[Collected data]

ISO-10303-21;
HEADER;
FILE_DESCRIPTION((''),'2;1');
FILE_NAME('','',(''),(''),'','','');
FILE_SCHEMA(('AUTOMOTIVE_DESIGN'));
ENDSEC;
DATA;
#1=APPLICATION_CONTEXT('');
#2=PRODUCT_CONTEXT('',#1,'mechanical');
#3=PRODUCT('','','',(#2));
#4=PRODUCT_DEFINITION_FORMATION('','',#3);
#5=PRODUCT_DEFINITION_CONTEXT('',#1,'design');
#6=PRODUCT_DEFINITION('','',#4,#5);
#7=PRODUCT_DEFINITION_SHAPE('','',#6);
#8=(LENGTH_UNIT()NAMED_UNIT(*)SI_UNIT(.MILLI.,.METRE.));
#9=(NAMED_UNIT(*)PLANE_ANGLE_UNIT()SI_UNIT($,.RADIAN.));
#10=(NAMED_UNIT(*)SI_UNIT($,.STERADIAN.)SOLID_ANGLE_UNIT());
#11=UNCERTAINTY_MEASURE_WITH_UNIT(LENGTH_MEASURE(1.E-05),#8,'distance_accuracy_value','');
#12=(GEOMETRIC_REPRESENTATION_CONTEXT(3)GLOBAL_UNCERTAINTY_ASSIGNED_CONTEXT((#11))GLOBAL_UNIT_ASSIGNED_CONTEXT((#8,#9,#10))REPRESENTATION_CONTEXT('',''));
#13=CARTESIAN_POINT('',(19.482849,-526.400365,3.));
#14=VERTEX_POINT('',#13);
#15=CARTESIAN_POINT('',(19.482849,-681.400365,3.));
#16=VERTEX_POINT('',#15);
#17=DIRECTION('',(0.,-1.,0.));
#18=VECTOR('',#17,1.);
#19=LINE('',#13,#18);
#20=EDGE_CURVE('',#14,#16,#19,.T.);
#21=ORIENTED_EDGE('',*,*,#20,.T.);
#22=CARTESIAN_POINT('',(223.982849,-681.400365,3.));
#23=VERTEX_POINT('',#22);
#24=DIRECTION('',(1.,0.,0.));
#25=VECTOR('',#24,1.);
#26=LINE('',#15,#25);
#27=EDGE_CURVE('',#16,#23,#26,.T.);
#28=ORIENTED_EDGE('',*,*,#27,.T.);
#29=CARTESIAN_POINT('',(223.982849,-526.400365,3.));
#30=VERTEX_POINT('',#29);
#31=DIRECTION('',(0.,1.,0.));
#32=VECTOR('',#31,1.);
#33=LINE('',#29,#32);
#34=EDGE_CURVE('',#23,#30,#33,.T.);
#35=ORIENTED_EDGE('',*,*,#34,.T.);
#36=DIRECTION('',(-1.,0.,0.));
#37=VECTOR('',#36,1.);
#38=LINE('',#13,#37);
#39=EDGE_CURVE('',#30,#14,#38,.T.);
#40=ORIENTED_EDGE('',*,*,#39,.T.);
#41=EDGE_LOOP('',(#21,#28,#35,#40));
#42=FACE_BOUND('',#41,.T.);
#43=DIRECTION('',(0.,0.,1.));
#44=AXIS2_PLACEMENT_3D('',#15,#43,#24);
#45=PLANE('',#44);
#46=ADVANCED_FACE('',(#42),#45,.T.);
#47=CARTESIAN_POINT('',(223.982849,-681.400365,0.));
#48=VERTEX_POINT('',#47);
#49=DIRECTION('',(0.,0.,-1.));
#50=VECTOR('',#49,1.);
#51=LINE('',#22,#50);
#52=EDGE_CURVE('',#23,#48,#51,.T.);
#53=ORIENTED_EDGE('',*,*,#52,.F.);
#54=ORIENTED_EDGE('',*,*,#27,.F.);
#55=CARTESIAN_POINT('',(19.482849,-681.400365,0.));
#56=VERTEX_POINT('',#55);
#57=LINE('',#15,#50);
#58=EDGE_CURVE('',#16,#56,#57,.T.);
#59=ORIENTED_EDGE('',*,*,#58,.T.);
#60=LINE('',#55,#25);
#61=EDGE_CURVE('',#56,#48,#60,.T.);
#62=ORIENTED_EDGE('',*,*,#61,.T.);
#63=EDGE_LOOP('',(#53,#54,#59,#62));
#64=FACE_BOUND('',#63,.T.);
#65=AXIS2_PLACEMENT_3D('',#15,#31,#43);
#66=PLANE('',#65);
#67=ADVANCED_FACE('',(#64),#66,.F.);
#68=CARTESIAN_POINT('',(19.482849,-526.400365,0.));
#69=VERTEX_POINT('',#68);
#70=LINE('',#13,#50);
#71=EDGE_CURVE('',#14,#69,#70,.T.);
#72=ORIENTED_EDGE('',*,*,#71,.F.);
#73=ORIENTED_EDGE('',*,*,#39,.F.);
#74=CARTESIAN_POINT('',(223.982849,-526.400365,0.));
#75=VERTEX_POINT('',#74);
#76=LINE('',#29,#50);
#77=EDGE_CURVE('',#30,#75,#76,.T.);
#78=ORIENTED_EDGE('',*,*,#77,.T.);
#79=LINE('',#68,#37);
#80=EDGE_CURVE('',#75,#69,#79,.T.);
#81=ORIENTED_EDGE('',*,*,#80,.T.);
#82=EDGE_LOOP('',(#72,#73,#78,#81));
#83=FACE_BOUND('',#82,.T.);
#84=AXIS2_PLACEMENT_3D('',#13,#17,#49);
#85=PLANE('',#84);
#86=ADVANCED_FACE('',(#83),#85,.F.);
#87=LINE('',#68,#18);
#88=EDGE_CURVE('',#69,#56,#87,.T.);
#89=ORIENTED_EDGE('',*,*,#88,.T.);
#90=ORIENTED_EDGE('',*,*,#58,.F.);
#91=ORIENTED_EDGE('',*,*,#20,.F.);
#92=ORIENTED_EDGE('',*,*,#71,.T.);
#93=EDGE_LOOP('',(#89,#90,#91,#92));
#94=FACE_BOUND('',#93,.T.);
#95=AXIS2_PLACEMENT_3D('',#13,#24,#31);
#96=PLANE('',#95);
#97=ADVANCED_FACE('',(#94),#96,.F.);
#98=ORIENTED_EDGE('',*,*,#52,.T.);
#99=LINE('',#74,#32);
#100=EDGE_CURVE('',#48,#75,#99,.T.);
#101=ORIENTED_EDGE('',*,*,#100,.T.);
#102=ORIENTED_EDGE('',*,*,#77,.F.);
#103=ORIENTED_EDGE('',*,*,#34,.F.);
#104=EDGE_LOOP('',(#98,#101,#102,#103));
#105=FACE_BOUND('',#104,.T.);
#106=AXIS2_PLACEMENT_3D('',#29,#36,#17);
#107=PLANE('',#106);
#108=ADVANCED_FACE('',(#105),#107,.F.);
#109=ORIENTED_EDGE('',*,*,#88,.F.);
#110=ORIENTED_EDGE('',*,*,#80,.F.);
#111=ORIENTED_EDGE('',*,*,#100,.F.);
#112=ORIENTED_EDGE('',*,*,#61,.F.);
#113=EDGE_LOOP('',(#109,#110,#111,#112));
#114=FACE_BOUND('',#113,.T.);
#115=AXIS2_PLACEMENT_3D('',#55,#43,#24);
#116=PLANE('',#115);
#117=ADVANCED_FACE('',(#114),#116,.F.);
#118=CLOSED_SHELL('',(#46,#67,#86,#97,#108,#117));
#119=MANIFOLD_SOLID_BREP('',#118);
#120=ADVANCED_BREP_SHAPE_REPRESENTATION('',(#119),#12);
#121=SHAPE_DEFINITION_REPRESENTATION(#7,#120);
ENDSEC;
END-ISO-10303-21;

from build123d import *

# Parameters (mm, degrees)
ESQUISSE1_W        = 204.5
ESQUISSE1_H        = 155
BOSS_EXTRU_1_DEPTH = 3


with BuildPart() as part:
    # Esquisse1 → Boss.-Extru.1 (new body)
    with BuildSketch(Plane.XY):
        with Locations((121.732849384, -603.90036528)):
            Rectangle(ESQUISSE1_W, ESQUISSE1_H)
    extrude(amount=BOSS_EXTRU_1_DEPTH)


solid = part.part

- _REQUIRED ACTION_:
In the data above, retype exactly and only the lines between the one holding "#86=ADVANCED_FACE('',(#83),#85,.F.);" and the one holding "#93=EDGE_LOOP('',(#89,#90,#91,#92));", inclusive.

- _TASK SOLUTION_:
#86=ADVANCED_FACE('',(#83),#85,.F.);
#87=LINE('',#68,#18);
#88=EDGE_CURVE('',#69,#56,#87,.T.);
#89=ORIENTED_EDGE('',*,*,#88,.T.);
#90=ORIENTED_EDGE('',*,*,#58,.F.);
#91=ORIENTED_EDGE('',*,*,#20,.F.);
#92=ORIENTED_EDGE('',*,*,#71,.T.);
#93=EDGE_LOOP('',(#89,#90,#91,#92));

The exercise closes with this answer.